[Collected data entries]
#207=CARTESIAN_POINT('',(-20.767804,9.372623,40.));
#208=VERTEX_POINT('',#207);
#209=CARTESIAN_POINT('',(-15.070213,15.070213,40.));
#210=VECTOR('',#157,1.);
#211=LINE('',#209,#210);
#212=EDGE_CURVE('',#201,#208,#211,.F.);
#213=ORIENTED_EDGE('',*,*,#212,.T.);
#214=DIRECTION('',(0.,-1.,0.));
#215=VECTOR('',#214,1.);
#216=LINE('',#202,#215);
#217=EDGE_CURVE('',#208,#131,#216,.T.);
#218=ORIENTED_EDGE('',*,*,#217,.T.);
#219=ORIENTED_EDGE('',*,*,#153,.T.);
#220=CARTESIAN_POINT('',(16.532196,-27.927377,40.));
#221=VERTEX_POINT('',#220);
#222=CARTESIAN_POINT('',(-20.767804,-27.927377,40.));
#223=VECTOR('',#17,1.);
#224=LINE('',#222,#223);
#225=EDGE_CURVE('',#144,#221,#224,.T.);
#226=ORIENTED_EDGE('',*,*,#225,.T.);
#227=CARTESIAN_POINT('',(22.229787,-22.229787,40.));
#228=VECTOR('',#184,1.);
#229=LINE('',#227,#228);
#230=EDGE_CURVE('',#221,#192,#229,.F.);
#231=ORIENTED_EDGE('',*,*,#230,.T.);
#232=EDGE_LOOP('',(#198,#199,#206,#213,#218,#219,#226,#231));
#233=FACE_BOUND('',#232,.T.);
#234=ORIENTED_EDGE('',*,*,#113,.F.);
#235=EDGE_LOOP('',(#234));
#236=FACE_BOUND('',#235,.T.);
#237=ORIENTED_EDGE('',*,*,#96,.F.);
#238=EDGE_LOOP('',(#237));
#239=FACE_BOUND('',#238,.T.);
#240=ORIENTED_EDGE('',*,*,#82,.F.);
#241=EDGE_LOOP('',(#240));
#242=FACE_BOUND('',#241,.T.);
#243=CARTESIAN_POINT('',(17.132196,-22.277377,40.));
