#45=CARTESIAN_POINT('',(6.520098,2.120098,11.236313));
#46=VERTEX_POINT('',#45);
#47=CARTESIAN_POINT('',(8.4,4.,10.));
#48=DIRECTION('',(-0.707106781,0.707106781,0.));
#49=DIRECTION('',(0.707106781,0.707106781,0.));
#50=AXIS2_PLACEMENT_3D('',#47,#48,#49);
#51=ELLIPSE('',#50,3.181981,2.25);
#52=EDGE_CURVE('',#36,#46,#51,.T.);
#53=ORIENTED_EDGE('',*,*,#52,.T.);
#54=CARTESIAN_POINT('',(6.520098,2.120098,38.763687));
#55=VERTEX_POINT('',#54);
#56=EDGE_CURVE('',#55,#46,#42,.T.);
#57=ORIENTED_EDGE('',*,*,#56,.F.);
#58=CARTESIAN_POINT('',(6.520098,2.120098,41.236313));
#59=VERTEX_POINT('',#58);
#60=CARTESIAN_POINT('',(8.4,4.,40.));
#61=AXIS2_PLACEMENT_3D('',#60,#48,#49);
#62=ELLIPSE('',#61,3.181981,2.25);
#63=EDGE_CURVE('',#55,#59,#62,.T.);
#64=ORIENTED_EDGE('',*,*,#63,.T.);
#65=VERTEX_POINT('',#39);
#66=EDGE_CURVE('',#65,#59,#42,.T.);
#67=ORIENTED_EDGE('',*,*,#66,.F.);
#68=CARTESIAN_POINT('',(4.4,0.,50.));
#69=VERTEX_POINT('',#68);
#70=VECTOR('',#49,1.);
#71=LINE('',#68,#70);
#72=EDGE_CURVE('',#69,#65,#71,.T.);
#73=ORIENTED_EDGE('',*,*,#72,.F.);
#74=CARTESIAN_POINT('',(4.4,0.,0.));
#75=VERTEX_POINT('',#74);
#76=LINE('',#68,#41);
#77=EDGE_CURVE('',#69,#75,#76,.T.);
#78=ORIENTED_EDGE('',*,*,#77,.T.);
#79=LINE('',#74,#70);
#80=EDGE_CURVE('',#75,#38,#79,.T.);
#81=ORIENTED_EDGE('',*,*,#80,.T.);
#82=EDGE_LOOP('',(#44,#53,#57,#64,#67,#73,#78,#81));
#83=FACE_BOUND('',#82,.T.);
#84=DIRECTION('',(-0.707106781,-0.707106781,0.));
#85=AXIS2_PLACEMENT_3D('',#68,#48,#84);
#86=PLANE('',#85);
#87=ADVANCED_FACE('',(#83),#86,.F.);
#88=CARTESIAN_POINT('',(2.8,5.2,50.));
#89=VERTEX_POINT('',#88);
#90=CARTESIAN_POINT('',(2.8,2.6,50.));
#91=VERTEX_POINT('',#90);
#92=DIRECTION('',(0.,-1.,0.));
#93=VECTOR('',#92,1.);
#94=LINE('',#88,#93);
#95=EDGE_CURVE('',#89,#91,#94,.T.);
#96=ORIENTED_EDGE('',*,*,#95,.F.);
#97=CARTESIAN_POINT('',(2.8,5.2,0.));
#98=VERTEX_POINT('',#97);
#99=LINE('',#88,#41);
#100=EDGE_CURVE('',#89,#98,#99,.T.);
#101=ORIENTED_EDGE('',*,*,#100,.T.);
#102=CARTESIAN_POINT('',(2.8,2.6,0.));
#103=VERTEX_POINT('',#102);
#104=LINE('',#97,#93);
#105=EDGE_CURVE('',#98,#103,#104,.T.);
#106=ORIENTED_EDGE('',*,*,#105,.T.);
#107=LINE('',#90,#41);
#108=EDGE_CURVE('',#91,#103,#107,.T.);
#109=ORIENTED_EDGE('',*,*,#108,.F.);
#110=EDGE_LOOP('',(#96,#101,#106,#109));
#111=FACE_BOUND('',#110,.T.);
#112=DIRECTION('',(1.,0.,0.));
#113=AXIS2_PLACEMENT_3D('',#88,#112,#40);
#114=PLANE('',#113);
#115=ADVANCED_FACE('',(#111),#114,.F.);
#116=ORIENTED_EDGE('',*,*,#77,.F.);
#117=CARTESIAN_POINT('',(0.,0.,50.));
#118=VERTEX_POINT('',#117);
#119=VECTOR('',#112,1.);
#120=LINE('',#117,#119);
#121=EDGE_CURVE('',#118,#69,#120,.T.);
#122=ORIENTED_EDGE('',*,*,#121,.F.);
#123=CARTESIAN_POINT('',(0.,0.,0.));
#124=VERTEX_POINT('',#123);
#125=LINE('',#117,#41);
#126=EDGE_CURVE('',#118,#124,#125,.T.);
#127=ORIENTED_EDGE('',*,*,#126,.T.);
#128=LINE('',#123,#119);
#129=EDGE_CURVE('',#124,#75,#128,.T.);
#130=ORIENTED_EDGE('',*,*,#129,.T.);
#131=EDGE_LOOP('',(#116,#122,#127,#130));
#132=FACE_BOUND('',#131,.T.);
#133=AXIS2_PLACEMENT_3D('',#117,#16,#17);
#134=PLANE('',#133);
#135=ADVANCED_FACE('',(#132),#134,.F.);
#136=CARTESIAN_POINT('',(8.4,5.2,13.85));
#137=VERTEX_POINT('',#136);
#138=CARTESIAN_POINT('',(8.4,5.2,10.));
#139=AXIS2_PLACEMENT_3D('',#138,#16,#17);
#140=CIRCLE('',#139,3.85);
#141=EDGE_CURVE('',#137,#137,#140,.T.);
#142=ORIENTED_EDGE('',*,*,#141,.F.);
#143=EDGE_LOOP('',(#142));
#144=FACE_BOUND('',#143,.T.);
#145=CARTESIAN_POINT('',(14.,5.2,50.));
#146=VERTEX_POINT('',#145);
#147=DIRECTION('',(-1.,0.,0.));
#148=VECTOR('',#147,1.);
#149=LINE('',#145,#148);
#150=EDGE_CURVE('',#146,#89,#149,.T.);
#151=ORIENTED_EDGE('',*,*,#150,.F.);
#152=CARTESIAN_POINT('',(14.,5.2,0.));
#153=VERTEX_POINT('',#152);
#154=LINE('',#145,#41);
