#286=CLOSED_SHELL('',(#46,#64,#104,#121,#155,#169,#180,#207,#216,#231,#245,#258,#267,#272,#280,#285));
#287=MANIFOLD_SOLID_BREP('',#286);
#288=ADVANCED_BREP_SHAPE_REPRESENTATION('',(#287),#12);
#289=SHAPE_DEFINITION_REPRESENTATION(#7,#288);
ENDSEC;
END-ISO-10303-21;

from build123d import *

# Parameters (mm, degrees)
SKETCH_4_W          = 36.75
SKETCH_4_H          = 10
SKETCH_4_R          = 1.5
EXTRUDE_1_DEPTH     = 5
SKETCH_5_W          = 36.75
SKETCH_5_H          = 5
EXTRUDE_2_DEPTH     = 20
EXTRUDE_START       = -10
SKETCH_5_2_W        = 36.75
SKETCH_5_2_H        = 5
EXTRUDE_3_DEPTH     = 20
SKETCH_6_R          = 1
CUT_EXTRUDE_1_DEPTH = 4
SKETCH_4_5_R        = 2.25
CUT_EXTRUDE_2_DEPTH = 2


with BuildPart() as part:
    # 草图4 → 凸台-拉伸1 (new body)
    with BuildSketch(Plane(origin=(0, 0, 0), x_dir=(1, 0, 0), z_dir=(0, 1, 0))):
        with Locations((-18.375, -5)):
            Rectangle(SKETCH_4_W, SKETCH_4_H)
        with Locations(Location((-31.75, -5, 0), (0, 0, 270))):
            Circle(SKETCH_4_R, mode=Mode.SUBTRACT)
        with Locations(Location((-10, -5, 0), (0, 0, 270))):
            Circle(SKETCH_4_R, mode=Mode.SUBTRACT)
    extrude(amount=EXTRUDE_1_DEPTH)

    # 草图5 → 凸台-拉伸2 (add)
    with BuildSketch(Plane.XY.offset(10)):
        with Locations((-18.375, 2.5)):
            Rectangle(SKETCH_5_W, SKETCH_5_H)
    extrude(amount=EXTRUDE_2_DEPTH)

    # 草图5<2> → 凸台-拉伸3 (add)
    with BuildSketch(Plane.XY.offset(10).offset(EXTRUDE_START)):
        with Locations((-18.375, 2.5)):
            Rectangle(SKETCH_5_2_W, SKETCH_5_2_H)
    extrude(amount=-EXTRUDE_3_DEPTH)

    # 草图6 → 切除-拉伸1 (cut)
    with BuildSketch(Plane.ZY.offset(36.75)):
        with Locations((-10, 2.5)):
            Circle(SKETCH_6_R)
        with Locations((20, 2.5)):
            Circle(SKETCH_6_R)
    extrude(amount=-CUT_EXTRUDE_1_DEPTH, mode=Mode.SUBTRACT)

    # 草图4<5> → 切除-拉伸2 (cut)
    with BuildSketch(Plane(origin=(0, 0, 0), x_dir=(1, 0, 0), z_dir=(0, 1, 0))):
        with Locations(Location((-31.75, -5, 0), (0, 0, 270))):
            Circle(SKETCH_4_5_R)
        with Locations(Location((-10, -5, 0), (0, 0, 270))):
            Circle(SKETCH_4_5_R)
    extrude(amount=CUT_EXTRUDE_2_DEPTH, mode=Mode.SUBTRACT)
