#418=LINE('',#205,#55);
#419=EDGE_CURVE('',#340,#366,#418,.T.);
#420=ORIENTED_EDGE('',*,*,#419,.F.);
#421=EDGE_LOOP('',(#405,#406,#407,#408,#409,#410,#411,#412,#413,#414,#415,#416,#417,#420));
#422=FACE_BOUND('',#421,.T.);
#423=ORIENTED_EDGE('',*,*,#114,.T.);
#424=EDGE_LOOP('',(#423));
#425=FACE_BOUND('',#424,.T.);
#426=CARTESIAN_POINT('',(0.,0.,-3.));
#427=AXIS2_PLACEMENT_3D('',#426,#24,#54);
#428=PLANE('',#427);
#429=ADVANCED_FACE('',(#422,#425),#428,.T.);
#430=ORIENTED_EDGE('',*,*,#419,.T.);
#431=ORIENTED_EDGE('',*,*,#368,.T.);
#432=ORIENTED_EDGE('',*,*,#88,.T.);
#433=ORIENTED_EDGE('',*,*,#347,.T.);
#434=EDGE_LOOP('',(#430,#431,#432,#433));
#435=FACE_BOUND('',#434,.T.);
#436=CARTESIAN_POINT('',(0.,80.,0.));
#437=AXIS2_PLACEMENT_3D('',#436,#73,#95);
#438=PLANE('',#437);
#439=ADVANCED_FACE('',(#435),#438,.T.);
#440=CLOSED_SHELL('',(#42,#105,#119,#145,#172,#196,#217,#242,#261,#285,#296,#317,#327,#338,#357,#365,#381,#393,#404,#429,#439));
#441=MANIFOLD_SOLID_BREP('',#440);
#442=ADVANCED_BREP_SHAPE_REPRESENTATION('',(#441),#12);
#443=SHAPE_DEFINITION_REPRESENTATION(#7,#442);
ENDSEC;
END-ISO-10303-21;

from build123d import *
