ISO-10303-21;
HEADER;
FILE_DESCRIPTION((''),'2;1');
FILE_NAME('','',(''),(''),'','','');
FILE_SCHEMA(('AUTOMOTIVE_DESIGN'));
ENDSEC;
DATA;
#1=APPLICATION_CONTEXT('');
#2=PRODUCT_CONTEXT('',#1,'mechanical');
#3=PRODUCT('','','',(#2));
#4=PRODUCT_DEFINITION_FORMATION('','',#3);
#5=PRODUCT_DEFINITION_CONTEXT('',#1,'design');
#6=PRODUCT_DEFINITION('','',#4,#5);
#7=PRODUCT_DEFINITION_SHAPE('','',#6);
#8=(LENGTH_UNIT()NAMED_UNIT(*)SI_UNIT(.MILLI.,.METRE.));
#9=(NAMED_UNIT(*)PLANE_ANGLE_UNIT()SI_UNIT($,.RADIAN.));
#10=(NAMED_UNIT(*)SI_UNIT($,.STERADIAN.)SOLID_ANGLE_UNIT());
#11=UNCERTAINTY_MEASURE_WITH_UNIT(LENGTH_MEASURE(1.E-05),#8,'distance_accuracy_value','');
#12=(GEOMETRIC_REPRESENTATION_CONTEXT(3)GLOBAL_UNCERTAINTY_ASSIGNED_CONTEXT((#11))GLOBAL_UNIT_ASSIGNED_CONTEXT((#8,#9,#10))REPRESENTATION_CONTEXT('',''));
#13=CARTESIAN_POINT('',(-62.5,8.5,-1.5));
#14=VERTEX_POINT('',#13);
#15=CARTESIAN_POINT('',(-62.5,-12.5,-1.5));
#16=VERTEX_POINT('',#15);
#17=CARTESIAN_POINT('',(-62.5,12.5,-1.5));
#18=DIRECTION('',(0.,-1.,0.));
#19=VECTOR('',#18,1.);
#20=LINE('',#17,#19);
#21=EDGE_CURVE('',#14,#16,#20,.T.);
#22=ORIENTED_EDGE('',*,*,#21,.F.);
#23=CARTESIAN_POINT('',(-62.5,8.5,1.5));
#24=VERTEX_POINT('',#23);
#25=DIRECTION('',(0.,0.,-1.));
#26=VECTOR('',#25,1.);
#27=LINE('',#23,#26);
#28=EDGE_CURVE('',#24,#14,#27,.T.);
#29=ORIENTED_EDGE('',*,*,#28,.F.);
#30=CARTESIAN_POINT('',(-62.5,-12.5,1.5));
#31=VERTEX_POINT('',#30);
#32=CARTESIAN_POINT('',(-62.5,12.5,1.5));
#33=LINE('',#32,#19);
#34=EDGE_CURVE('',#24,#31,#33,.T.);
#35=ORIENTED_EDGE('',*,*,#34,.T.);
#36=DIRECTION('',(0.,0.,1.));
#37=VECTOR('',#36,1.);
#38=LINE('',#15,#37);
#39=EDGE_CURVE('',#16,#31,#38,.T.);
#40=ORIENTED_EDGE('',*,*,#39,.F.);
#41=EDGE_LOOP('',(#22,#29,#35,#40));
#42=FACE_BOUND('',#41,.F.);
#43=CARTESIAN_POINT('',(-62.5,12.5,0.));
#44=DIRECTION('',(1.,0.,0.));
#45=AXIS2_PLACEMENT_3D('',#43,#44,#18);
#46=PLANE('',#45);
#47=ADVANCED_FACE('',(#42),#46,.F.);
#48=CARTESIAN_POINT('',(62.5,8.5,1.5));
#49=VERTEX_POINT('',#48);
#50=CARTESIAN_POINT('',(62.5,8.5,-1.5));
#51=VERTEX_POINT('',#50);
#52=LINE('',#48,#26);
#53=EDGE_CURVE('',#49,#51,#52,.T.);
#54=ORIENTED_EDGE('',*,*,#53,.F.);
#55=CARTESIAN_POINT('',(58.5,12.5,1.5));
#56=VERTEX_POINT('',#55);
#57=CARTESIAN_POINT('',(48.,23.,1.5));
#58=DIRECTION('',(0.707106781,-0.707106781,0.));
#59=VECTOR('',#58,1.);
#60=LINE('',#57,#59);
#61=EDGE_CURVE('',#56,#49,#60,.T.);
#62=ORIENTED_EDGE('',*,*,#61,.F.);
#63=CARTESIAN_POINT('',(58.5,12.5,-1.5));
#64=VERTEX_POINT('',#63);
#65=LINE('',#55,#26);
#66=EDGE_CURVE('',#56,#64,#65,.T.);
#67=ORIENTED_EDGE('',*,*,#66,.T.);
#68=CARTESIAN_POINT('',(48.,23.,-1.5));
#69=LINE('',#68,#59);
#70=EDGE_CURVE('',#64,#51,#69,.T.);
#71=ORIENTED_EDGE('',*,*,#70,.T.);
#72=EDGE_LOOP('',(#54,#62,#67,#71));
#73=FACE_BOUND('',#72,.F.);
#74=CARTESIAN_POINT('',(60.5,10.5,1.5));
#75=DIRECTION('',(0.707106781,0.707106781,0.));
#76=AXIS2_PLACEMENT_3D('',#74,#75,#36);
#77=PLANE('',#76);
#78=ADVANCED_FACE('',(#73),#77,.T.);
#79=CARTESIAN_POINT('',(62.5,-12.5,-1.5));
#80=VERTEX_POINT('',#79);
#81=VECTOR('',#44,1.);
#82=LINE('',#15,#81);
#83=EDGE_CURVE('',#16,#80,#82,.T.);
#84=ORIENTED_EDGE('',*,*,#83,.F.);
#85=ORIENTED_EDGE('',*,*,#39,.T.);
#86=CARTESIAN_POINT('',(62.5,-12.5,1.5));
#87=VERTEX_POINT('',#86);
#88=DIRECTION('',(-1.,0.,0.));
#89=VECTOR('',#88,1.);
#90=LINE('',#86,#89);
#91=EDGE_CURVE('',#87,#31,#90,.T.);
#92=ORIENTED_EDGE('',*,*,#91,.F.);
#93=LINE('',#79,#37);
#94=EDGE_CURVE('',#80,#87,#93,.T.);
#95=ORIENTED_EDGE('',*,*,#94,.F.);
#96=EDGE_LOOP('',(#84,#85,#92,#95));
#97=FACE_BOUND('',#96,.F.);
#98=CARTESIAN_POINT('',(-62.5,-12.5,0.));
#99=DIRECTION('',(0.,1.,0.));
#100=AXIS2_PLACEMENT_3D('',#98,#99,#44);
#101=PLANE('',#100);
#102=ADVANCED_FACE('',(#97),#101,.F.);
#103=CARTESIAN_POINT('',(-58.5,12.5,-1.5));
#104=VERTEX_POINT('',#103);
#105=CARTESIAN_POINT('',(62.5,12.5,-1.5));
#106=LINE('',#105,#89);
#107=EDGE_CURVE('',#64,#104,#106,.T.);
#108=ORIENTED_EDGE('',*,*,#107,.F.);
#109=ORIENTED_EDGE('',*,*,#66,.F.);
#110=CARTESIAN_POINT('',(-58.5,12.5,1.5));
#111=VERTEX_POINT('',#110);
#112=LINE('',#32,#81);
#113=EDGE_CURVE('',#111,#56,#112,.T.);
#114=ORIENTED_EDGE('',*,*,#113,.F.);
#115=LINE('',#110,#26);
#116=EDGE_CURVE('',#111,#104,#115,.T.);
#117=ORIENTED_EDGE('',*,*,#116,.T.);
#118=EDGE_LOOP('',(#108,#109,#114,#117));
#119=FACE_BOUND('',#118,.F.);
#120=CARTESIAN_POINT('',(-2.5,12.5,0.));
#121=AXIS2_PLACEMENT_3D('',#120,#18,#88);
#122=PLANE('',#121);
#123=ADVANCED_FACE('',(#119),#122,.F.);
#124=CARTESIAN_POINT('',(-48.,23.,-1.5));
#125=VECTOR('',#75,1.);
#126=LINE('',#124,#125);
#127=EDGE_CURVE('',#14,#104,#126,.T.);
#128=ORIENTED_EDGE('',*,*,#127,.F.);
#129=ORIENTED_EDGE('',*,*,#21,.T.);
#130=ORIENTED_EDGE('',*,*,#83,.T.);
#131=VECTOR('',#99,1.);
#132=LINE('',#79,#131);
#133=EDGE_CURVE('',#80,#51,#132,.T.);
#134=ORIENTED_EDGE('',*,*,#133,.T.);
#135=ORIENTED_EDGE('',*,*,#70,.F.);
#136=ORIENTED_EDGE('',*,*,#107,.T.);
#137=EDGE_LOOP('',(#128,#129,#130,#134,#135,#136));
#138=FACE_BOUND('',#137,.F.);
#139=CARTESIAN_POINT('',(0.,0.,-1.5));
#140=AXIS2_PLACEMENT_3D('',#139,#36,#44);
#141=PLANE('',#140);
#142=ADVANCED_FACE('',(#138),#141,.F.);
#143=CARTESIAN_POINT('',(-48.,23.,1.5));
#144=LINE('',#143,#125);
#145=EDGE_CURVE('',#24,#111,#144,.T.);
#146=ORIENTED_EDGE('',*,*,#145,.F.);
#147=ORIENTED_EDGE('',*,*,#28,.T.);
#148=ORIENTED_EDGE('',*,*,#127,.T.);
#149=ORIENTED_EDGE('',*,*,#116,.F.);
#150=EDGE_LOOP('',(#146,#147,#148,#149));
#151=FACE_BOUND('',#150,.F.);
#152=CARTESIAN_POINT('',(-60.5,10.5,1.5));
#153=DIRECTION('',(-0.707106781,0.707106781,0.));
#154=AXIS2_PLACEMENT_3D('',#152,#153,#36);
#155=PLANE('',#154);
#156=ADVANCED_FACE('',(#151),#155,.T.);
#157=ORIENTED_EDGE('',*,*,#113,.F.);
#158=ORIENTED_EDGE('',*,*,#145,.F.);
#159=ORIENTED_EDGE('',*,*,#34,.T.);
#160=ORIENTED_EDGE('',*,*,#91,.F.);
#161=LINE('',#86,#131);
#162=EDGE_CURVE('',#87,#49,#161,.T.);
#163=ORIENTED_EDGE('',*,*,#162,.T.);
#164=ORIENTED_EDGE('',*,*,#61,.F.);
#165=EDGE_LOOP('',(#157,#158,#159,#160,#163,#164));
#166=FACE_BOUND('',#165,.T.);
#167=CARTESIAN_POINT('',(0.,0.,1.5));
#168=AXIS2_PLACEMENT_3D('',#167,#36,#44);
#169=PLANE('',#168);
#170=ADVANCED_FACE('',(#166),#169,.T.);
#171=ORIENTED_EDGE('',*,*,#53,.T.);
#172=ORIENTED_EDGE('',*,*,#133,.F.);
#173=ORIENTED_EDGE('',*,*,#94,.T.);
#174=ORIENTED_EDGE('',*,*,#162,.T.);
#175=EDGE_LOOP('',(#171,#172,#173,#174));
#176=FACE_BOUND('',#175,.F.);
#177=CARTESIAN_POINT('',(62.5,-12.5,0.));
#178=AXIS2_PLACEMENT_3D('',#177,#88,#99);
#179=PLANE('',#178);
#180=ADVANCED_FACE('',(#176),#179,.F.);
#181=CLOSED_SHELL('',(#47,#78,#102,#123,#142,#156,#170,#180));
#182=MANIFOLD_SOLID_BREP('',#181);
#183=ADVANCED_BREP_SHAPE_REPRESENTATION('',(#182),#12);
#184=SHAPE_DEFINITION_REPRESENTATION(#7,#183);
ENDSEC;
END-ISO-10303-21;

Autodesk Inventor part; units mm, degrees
ref_plane "YZ Plane" through (0, 0, 0) normal (1, 0, 0) x (0, 1, 0)
ref_plane "XZ Plane" through (0, 0, 0) normal (0, 1, 0) x (-1, 0, 0)
ref_plane "XY Plane" through (0, 0, 0) normal (0, 0, 1) x (1, 0, 0)
sketch "草圖1" plane through (0, 0, 0) normal (0, 0, 1) x (1, 0, 0)
  line L0 (0, 0) -> (0, 0) construction
  line L1 (0, 0) -> (0, 45.4619) construction
  line L2 (-62.5, -12.5) -> (62.5, -12.5)
  line L3 (62.5, -12.5) -> (62.5, 12.5)
  line L4 (62.5, 12.5) -> (-62.5, 12.5)
  line L5 (-62.5, 12.5) -> (-62.5, -12.5)
  line L6 (-62.5, -12.5) -> (62.5, 12.5) construction
  line L7 (62.5, -12.5) -> (-62.5, 12.5) construction
  line L8 (7.5, 12.5) -> (-2.5, 12.5)
  line L9 (-5, -12.5) -> (5, -12.5)
  point P0 (0, -12.5)
  point P1 (0, 0)
  dimension "d0" = 25
  dimension "d1" = 125
extrude "擠出1" add sketch "草圖1" along normal mid plane 3
chamfer "倒角1" distance 4 angle 45 2 edges at (62.5, 12.5, 0) (-62.5, 12.5, 0)
properties part number "0 零件" material "橡膠"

> EXERCISE GOAL
Using the data above, repeat exactly the lines that begin at the line with "#71=LINE('',#68,#70);" and end at the line with "#79=LINE('',#74,#70);", both ends included.

> ANSWER BOX
#71=LINE('',#68,#70);
#72=EDGE_CURVE('',#69,#65,#71,.T.);
#73=ORIENTED_EDGE('',*,*,#72,.F.);
#74=CARTESIAN_POINT('',(4.4,0.,0.));
#75=VERTEX_POINT('',#74);
#76=LINE('',#68,#41);
#77=EDGE_CURVE('',#69,#75,#76,.T.);
#78=ORIENTED_EDGE('',*,*,#77,.T.);
#79=LINE('',#74,#70);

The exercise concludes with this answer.